Running baseline experiments and evaluations for the 2nd UCCS Face Detection and Recognition Challenge

## Project description

2nd UCCS Face Detection and Recognition Challenge
=================================================

This package implements the baseline algorithms and evaluation for the second version of the Unconstrained Face Detection and Open Set Recognition Challenge.
This package relies on the signal processing and machine learning libraries Bob_ and Caffe_.
For installation instructions and requirements of Bob_, please refer to the Bob_ web page and the Caffe_ web page.

.. note::
Due to limitations of Bob_, this package will run only under Linux and MacOS operating systems.
Particularly, it will not work under any version of Microsoft Windows, and maybe not under some other exotic operating systems.
If you experience problems with the installation, we would suggest to run the experiments in a virtual environment, e.g., using Oracle's VirtualBox_.
On request, we will generate a virtual image with this package pre-installed.

Dataset
-------

This package does not include the original image and protocol files for the competition.
Please register on the Competition Website_ and download the UCCS dataset from there.

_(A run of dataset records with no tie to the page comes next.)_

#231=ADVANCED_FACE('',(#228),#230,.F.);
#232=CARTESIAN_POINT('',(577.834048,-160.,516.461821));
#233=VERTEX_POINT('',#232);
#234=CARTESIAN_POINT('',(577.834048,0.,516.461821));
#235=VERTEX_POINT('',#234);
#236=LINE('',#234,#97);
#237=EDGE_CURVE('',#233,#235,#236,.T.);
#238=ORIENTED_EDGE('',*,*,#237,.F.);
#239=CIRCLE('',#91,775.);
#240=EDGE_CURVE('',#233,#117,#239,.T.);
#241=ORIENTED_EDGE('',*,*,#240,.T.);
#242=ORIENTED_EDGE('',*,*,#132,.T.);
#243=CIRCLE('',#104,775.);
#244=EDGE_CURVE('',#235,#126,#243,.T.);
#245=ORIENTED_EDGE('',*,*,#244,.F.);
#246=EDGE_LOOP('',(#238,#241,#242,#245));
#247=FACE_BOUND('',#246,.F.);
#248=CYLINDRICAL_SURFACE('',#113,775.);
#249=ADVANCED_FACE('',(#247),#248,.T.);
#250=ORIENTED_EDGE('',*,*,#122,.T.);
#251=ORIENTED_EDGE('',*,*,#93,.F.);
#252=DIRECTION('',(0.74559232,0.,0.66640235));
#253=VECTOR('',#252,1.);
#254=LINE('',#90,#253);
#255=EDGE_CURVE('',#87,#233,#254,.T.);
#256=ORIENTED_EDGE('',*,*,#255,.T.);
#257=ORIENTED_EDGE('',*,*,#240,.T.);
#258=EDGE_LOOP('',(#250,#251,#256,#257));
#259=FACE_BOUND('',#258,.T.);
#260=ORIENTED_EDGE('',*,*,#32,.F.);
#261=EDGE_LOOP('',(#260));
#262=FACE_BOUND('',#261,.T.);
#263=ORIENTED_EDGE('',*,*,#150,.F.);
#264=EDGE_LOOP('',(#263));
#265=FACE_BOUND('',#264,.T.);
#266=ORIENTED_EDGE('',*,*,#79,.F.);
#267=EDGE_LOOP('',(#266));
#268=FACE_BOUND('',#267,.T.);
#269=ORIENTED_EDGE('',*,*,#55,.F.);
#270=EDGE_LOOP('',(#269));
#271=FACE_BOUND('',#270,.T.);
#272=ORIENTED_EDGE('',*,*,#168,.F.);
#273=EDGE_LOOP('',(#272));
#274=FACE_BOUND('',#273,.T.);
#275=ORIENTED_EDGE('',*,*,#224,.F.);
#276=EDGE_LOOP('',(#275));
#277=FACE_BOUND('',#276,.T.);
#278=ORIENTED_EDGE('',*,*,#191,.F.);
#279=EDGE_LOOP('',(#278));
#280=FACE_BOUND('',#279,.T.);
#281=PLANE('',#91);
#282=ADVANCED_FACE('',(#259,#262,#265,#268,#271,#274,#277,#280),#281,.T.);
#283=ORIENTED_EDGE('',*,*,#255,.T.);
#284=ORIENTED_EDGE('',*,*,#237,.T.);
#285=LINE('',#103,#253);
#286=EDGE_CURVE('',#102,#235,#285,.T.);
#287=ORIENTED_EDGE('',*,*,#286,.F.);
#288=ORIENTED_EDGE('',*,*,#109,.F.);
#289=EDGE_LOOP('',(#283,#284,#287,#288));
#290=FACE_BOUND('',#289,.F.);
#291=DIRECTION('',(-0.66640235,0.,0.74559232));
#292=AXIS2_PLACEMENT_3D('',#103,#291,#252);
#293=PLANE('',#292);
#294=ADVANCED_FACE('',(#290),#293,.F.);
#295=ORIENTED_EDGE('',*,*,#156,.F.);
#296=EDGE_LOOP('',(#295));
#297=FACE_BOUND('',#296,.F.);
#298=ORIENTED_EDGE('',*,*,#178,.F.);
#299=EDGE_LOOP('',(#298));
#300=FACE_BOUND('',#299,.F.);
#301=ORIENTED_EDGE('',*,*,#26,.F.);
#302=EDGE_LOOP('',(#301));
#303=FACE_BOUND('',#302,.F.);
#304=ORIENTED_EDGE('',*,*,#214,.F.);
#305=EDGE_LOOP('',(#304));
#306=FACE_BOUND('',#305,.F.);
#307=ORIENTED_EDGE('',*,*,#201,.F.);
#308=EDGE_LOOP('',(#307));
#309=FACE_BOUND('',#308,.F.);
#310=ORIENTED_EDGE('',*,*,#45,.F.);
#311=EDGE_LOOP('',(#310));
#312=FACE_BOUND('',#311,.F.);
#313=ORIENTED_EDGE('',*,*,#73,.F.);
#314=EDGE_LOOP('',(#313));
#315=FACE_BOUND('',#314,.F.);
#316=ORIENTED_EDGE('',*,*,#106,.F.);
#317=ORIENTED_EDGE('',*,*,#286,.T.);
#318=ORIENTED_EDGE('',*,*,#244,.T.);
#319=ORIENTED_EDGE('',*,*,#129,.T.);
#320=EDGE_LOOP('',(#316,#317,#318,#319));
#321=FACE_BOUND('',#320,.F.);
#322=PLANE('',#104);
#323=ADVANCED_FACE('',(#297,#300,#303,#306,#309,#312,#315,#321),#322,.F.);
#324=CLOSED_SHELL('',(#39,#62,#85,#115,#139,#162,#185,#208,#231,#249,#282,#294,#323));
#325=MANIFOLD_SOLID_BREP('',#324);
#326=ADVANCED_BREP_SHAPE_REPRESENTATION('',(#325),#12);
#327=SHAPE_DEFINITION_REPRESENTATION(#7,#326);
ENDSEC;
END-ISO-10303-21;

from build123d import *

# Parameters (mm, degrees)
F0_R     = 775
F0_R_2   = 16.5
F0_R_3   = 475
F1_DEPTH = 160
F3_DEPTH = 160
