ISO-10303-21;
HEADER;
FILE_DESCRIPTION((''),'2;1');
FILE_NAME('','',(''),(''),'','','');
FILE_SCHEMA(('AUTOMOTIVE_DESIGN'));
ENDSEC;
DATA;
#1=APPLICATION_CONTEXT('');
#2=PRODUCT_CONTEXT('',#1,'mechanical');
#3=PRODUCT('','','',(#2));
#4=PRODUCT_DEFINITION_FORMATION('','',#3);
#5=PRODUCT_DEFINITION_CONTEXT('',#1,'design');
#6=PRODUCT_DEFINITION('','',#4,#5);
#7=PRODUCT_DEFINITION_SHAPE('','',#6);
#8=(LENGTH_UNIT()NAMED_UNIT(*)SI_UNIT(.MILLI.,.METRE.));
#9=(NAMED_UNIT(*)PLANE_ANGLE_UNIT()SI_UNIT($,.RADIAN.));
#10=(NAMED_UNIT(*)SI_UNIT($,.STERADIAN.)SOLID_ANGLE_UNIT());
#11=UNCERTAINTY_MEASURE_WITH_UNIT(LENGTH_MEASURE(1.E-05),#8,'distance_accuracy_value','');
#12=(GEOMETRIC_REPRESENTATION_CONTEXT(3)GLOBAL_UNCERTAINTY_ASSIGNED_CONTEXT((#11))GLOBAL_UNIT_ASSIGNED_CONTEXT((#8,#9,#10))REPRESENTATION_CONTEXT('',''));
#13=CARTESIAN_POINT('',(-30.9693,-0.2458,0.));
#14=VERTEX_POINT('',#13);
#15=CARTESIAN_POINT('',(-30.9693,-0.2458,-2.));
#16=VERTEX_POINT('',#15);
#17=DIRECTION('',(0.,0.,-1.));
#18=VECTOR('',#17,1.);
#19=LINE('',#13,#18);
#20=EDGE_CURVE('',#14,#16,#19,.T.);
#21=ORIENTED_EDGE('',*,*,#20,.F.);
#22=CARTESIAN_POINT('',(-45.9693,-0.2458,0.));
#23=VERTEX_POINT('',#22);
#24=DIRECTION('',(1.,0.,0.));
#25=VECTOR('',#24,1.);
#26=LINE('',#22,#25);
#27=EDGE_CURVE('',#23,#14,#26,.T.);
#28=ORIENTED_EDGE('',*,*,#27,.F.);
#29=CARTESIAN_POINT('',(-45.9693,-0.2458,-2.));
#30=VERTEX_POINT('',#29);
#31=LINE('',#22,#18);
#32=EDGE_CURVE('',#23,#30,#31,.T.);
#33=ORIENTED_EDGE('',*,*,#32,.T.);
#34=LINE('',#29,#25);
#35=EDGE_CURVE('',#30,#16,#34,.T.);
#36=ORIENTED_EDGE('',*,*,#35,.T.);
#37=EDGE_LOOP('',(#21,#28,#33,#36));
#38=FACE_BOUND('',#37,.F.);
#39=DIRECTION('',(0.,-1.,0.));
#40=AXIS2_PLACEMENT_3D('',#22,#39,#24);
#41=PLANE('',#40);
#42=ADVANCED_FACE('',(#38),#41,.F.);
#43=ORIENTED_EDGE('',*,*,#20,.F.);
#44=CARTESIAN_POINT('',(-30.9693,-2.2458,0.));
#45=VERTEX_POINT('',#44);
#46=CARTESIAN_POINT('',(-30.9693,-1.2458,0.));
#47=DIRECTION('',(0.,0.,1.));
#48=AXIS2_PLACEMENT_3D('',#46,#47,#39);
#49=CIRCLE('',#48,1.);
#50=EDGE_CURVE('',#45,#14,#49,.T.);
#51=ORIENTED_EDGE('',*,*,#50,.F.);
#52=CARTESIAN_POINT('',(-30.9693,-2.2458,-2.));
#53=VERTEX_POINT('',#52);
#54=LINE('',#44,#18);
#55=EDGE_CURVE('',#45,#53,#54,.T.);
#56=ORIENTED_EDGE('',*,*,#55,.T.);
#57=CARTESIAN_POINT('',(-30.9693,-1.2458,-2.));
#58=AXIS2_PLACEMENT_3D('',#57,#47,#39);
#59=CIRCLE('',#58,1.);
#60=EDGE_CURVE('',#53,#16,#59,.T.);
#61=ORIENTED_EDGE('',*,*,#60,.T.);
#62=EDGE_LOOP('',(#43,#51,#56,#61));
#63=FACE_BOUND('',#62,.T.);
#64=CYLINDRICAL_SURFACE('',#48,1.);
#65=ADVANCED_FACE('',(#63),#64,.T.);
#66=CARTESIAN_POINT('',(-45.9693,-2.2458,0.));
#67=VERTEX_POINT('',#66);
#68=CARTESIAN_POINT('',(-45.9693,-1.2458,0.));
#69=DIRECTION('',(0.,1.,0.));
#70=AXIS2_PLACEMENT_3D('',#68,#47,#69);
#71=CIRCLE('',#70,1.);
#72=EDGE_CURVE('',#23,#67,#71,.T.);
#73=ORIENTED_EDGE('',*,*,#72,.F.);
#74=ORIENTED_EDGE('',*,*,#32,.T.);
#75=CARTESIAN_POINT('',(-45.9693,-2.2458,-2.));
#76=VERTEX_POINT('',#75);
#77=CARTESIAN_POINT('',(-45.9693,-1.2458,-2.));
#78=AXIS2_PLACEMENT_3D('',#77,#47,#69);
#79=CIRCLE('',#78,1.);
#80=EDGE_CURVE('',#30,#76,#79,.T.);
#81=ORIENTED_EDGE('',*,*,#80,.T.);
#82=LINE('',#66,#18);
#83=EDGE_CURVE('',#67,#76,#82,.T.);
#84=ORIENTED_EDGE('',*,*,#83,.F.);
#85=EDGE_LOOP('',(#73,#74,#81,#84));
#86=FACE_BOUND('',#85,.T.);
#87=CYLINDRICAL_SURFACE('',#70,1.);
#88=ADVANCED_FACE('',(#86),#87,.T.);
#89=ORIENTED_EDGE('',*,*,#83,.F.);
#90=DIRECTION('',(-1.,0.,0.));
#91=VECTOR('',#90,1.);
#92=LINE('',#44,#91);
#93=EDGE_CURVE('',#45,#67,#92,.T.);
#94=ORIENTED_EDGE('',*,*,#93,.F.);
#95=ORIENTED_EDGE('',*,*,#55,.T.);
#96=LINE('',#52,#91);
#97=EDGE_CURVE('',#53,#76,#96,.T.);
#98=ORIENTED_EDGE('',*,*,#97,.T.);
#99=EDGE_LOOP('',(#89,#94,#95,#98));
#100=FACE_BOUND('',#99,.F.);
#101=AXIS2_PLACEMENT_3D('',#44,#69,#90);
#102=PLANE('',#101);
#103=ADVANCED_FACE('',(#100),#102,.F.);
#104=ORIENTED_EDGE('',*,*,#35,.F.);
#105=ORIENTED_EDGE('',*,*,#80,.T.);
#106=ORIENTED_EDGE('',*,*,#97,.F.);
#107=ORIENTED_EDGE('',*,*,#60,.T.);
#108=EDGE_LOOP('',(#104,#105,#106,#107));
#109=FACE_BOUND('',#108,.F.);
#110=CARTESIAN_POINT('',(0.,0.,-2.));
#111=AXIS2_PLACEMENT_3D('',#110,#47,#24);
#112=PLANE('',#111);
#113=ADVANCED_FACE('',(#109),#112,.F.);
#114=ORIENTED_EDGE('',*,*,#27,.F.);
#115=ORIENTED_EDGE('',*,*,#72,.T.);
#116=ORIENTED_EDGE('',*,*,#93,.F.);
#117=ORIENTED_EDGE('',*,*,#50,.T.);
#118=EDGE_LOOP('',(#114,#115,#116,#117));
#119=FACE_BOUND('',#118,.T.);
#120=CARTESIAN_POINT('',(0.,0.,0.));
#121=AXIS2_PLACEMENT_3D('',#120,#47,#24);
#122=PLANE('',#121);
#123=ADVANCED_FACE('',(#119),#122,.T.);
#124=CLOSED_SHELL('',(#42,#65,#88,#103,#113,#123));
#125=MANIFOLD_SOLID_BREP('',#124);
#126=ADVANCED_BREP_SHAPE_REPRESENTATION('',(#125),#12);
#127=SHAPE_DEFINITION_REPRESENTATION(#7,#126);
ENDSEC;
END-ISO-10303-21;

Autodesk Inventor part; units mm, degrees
ref_plane "YZ Plane" through (0, 0, 0) normal (1, 0, 0) x (0, 1, 0)
ref_plane "XZ Plane" through (0, 0, 0) normal (0, 1, 0) x (-1, 0, 0)
ref_plane "XY Plane" through (0, 0, 0) normal (0, 0, 1) x (1, 0, 0)
sketch "Náčrt4" plane through (0, 0, 0) normal (0, 0, 1) x (1, 0, 0)
  line L0 (-27.9693, -0.2458) -> (-12.9693, -0.2458) construction
  line L1 (-12.9693, -2.2458) -> (-27.9693, -2.2458) construction
  line L2 (-45.9693, -0.2458) -> (-30.9693, -0.2458) construction
  line L3 (-30.9693, -2.2458) -> (-45.9693, -2.2458) construction
  line L4 (-63.9693, -0.2458) -> (-48.9693, -0.2458) construction
  line L5 (-48.9693, -2.2458) -> (-63.9693, -2.2458) construction
  line L6 (-63.9693, 13.2542) -> (-4.8293, 13.2542) construction
  arc A0 (-63.9693, 13.2542) -> (-73.2693, 3.9542) centre (-63.9693, 3.9542) ccw construction
  line L7 (-73.2693, -86.0458) -> (-73.2693, 3.9542) construction
  arc A1 (-73.2693, -86.0458) -> (-63.9693, -95.3458) centre (-63.9693, -86.0458) ccw construction
  line L8 (-1.9693, -95.3458) -> (-63.9693, -95.3458) construction
  line L9 (-1.9693, -95.3458) -> (-1.9693, -1.0458) construction
  line L10 (-1.9693, -1.0458) -> (-4.8293, 13.2542) construction
  line L11 (-64.9693, -20.2458) -> (-64.9693, -6.2458) construction
  line L12 (-63.4693, -4.7458) -> (-49.4693, -4.7458) construction
  line L13 (-47.9693, -6.2458) -> (-47.9693, -20.2458) construction
  line L14 (-49.4693, -21.7458) -> (-63.4693, -21.7458) construction
  circle A2 centre (-38.4592, 9.4542) radius 0.3 construction
  circle A3 centre (-34.9592, 5.9542) radius 0.3 construction
  circle A4 centre (-38.4592, 2.4542) radius 0.3 construction
  circle A5 centre (-41.9592, 5.9542) radius 0.3 construction
  circle A6 centre (-38.4592, 5.9542) radius 0.3 construction
  circle A7 centre (-40.9341, 8.4291) radius 0.3 construction
  circle A8 centre (-40.9341, 3.4794) radius 0.3 construction
  circle A9 centre (-35.9844, 3.4794) radius 0.3 construction
  circle A10 centre (-35.9844, 8.4291) radius 0.3 construction
  line L15 (-45.9693, -0.2458) -> (-30.9693, -0.2458)
  line L16 (-30.9693, -2.2458) -> (-45.9693, -2.2458)
  line L17 (-33.7677, -85.5406) -> (-34.3413, -86.3597) projected
  arc A11 (-34.3413, -86.3597) -> (-42.5973, -86.3597) centre (-38.4693, -92.2551) ccw projected
  line L18 (-42.5973, -86.3597) -> (-43.1709, -85.5406) projected
  arc A12 (-33.7677, -85.5406) -> (-43.1709, -85.5406) centre (-38.4693, -92.2551) ccw projected
  circle A13 centre (-38.4693, -92.2551) radius 0.9 projected
  line L19 (-35.9457, -88.0585) -> (-36.5193, -88.8776) projected
  arc A14 (-36.5193, -88.8776) -> (-40.4193, -88.8776) centre (-38.4693, -92.2551) ccw projected
  line L20 (-40.4193, -88.8776) -> (-40.9929, -88.0585) projected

Please extract all zip files **into the same directory** (the .zip files contain the appropriate directory structure).
This includes all training_*.zip and validation_*.zip files, as well as the protocol.zip and possibly the SampleDataSet.zip.
The directory will be refereed to as YOUR-DATA-DIRECTORY below.

Installation
------------

The installation of this package follows the Buildout_ structure.
First, you will need to install Bob_ and Caffe_, ideally into the same conda environment.
Otherwise, please point the PYTHONPATH variable to where Caffe_ is installed.
Before continuing, please make sure that you can successfully import bob.measure and caffe:

$conda activate bob_py3 (bob_v3)$ python
>>> import bob.measure
>>> import caffe

After installing Bob_ and Caffe_ and extracting this package, please run the following command line to install this package and all of its requirements:

buildout

The installation procedure automatically generates executable files inside the bin directory, which can be used to run the baseline algorithms or to evaluate the baselines (and your) algorithm.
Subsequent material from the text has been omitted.